#### AIM OF THE TASK:
Print nothing but the lines below starting at the line that holds "f 295 172 173" and ending at the line that holds "f 157 308 305", including both, each exactly as written.

#### EXERCISE DATA:
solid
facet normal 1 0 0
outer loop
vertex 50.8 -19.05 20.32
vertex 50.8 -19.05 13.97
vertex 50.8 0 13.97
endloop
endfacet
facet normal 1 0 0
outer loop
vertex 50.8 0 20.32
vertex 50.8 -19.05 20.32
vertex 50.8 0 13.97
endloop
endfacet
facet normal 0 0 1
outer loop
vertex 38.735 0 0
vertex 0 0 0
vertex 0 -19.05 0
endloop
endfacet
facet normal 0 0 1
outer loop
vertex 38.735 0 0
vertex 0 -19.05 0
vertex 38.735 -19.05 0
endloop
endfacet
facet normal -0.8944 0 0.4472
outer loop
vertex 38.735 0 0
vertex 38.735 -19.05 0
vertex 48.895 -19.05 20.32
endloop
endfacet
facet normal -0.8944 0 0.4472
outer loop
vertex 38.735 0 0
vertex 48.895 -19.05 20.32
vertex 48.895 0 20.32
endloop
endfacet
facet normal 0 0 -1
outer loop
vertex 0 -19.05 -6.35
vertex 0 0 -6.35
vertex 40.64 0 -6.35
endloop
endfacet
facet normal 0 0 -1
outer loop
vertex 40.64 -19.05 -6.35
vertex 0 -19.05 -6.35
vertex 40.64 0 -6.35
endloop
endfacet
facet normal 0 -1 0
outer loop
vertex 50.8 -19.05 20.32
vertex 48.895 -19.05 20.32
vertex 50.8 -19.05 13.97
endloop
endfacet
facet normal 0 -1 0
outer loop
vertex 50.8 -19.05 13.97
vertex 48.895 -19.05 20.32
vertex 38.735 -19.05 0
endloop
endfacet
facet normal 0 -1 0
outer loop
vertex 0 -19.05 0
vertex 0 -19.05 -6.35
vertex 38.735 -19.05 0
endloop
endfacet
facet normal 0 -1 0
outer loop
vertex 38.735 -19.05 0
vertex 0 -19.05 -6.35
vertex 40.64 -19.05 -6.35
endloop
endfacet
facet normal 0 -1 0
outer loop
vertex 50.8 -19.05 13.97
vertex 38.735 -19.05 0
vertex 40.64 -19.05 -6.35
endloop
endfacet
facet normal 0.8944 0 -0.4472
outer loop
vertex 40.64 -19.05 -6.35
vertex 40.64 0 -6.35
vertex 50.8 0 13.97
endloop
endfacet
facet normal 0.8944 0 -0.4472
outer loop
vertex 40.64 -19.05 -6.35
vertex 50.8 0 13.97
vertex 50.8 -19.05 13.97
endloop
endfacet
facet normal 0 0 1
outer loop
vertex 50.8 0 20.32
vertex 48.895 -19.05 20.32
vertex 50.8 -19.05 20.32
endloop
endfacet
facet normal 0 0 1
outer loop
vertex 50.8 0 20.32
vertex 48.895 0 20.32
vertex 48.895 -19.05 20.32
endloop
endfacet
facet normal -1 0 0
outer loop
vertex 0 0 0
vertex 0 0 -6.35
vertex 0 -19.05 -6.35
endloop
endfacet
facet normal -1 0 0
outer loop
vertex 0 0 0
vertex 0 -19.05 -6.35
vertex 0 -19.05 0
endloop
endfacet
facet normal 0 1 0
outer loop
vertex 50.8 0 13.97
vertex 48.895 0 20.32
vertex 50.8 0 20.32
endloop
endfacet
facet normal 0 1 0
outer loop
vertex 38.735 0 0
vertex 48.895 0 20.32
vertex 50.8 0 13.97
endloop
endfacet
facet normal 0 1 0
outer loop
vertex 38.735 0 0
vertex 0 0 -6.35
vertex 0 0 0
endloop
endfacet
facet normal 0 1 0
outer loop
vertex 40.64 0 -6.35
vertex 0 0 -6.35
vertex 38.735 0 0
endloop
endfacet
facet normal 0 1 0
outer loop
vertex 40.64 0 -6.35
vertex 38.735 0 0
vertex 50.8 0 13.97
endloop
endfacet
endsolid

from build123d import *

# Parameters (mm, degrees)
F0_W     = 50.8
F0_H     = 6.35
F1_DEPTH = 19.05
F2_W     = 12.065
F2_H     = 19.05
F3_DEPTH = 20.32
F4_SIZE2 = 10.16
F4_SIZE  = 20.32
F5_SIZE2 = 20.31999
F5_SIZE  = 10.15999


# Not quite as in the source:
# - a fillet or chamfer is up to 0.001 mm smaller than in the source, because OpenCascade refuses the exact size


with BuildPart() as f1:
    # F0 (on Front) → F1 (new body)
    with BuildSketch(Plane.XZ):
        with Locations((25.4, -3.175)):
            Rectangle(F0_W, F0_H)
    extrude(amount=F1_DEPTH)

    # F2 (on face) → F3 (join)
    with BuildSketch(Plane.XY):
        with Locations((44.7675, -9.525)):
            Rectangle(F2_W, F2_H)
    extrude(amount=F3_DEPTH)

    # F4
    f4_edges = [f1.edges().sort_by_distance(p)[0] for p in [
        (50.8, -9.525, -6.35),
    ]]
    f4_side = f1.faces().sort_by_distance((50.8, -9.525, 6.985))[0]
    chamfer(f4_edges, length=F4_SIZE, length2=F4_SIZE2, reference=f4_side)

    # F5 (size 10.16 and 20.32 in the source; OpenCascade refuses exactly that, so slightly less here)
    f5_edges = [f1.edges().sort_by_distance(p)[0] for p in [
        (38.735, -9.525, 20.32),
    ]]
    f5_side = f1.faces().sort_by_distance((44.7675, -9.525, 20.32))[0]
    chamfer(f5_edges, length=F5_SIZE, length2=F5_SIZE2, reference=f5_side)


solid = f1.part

--

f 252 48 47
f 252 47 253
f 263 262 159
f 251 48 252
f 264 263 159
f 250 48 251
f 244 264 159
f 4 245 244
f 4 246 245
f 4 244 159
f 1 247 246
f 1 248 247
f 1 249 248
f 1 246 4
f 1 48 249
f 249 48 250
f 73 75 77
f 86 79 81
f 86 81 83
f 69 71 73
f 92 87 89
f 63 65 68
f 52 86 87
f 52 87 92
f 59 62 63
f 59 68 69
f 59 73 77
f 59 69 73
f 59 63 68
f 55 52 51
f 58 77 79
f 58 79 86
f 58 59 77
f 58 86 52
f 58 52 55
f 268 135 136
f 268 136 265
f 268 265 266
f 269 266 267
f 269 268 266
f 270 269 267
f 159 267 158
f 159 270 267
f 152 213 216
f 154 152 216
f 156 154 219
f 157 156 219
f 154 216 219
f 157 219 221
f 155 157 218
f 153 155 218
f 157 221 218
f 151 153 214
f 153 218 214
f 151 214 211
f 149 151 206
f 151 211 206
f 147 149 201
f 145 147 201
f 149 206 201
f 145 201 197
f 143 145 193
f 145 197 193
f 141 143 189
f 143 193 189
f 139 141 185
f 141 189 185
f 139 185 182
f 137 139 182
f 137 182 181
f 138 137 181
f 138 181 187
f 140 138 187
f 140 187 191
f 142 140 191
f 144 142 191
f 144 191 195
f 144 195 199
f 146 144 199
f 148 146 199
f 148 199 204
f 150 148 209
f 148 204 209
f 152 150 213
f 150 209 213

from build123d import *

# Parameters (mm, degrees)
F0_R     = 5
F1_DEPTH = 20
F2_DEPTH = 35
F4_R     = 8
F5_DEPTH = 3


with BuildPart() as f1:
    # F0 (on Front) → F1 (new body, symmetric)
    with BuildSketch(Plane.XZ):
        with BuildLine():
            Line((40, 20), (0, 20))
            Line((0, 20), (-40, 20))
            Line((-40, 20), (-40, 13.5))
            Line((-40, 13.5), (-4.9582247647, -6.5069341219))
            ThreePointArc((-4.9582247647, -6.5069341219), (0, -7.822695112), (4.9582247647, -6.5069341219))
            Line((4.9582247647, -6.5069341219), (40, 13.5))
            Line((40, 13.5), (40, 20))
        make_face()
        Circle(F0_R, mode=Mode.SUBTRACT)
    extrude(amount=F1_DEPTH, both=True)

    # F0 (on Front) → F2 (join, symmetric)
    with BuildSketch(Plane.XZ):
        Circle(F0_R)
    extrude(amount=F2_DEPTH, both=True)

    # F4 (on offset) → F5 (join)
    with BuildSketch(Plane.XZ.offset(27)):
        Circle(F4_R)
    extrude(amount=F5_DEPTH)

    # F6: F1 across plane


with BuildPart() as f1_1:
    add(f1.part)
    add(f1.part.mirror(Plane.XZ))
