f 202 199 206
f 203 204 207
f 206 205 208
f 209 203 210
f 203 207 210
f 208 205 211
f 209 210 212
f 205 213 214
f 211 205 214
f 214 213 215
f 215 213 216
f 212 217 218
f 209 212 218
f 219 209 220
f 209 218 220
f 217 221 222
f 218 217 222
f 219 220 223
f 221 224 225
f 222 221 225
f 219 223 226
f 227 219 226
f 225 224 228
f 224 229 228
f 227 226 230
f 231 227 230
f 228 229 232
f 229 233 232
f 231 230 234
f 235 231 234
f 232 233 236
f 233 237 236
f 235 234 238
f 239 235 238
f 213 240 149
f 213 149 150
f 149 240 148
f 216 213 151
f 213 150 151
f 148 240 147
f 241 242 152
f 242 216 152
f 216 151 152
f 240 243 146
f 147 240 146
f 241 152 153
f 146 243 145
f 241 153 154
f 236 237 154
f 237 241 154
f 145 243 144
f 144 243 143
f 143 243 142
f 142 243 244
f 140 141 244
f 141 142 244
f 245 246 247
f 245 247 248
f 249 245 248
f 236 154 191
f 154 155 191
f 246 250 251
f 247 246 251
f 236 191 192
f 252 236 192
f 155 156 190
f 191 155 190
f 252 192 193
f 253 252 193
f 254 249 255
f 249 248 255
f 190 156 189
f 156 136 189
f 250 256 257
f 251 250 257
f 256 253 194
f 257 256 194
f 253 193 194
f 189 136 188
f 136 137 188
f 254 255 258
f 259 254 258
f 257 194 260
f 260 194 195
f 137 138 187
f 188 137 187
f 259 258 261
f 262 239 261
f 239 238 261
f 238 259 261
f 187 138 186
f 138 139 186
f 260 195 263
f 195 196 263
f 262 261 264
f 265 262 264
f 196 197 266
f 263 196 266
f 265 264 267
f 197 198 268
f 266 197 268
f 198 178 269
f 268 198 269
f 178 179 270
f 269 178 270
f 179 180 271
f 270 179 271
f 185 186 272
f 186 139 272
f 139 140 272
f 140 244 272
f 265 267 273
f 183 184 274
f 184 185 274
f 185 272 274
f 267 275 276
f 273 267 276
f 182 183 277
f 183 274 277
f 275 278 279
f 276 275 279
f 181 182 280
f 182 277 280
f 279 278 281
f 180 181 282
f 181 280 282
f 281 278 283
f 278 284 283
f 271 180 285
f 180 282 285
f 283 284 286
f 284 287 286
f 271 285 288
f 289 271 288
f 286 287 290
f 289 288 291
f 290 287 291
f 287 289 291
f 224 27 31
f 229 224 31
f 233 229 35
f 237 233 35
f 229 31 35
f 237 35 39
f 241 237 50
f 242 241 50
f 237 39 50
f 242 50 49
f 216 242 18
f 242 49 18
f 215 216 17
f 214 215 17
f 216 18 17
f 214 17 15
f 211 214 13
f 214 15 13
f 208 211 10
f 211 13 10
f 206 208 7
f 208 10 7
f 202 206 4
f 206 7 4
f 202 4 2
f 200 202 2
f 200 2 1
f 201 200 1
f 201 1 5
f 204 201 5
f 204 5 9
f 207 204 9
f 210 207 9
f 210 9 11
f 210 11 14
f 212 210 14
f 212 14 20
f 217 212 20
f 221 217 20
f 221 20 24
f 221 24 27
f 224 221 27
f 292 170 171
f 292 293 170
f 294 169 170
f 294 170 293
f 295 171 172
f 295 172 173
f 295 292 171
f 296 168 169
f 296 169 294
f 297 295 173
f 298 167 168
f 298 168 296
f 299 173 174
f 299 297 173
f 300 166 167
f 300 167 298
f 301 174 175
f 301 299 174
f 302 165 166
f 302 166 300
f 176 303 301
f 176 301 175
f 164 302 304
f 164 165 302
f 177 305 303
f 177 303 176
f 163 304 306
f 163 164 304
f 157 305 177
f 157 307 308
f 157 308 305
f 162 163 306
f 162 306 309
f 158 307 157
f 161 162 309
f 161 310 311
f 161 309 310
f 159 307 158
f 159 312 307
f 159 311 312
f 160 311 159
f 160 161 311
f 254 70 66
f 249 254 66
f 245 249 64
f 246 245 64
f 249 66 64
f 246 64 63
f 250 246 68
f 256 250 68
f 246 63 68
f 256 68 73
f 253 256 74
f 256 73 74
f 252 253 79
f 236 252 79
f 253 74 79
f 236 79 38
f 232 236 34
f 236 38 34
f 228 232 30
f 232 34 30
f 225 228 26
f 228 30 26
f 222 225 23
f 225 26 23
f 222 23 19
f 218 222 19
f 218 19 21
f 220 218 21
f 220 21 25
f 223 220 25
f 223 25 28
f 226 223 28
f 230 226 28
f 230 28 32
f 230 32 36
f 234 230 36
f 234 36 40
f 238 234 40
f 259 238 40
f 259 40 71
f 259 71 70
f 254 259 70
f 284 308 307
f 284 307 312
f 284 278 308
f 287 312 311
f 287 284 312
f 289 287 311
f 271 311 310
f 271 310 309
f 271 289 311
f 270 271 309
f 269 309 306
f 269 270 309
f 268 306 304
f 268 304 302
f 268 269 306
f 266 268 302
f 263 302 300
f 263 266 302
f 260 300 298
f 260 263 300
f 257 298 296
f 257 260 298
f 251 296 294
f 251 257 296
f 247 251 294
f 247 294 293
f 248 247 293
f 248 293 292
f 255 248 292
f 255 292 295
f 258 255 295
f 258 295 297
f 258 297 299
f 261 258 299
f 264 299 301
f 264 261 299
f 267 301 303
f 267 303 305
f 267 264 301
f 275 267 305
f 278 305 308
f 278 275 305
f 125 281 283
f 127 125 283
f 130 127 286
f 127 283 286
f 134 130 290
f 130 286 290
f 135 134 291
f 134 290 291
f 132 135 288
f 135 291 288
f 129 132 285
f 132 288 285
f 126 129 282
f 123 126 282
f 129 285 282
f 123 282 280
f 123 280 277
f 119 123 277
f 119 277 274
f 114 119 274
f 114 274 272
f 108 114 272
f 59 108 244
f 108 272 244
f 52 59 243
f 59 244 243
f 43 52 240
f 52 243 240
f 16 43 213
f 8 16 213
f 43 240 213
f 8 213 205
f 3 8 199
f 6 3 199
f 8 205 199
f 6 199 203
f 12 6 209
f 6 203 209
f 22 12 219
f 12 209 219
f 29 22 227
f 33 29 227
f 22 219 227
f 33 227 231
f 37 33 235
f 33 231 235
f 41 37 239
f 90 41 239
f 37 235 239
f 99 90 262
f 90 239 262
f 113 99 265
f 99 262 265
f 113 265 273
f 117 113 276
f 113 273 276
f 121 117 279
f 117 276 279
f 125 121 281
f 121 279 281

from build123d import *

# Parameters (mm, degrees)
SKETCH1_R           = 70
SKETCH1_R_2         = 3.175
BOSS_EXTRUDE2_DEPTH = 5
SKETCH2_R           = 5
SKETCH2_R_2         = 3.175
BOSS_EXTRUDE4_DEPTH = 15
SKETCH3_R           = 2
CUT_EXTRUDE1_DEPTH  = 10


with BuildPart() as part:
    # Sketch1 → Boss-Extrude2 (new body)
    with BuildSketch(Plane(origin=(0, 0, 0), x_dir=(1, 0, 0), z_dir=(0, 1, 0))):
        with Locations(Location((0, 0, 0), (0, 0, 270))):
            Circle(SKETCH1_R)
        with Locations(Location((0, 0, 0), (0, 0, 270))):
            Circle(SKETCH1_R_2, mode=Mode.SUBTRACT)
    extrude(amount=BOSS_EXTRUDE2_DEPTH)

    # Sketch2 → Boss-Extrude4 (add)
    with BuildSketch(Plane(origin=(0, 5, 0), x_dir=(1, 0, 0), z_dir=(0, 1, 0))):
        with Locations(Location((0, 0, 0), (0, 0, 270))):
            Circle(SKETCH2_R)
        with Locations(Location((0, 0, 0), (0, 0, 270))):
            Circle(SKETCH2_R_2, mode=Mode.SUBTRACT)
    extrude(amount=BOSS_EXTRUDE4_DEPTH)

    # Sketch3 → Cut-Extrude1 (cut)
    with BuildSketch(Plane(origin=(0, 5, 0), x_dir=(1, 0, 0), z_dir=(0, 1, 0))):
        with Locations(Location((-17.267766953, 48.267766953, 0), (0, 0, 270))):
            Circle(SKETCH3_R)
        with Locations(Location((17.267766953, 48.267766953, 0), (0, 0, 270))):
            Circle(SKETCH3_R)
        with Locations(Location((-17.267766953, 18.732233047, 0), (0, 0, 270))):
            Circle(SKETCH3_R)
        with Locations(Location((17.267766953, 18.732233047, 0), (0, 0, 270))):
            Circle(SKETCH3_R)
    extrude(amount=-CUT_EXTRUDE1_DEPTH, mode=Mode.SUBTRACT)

#### RESULT:
f 295 172 173
f 295 292 171
f 296 168 169
f 296 169 294
f 297 295 173
f 298 167 168
f 298 168 296
f 299 173 174
f 299 297 173
f 300 166 167
f 300 167 298
f 301 174 175
f 301 299 174
f 302 165 166
f 302 166 300
f 176 303 301
f 176 301 175
f 164 302 304
f 164 165 302
f 177 305 303
f 177 303 176
f 163 304 306
f 163 164 304
f 157 305 177
f 157 307 308
f 157 308 305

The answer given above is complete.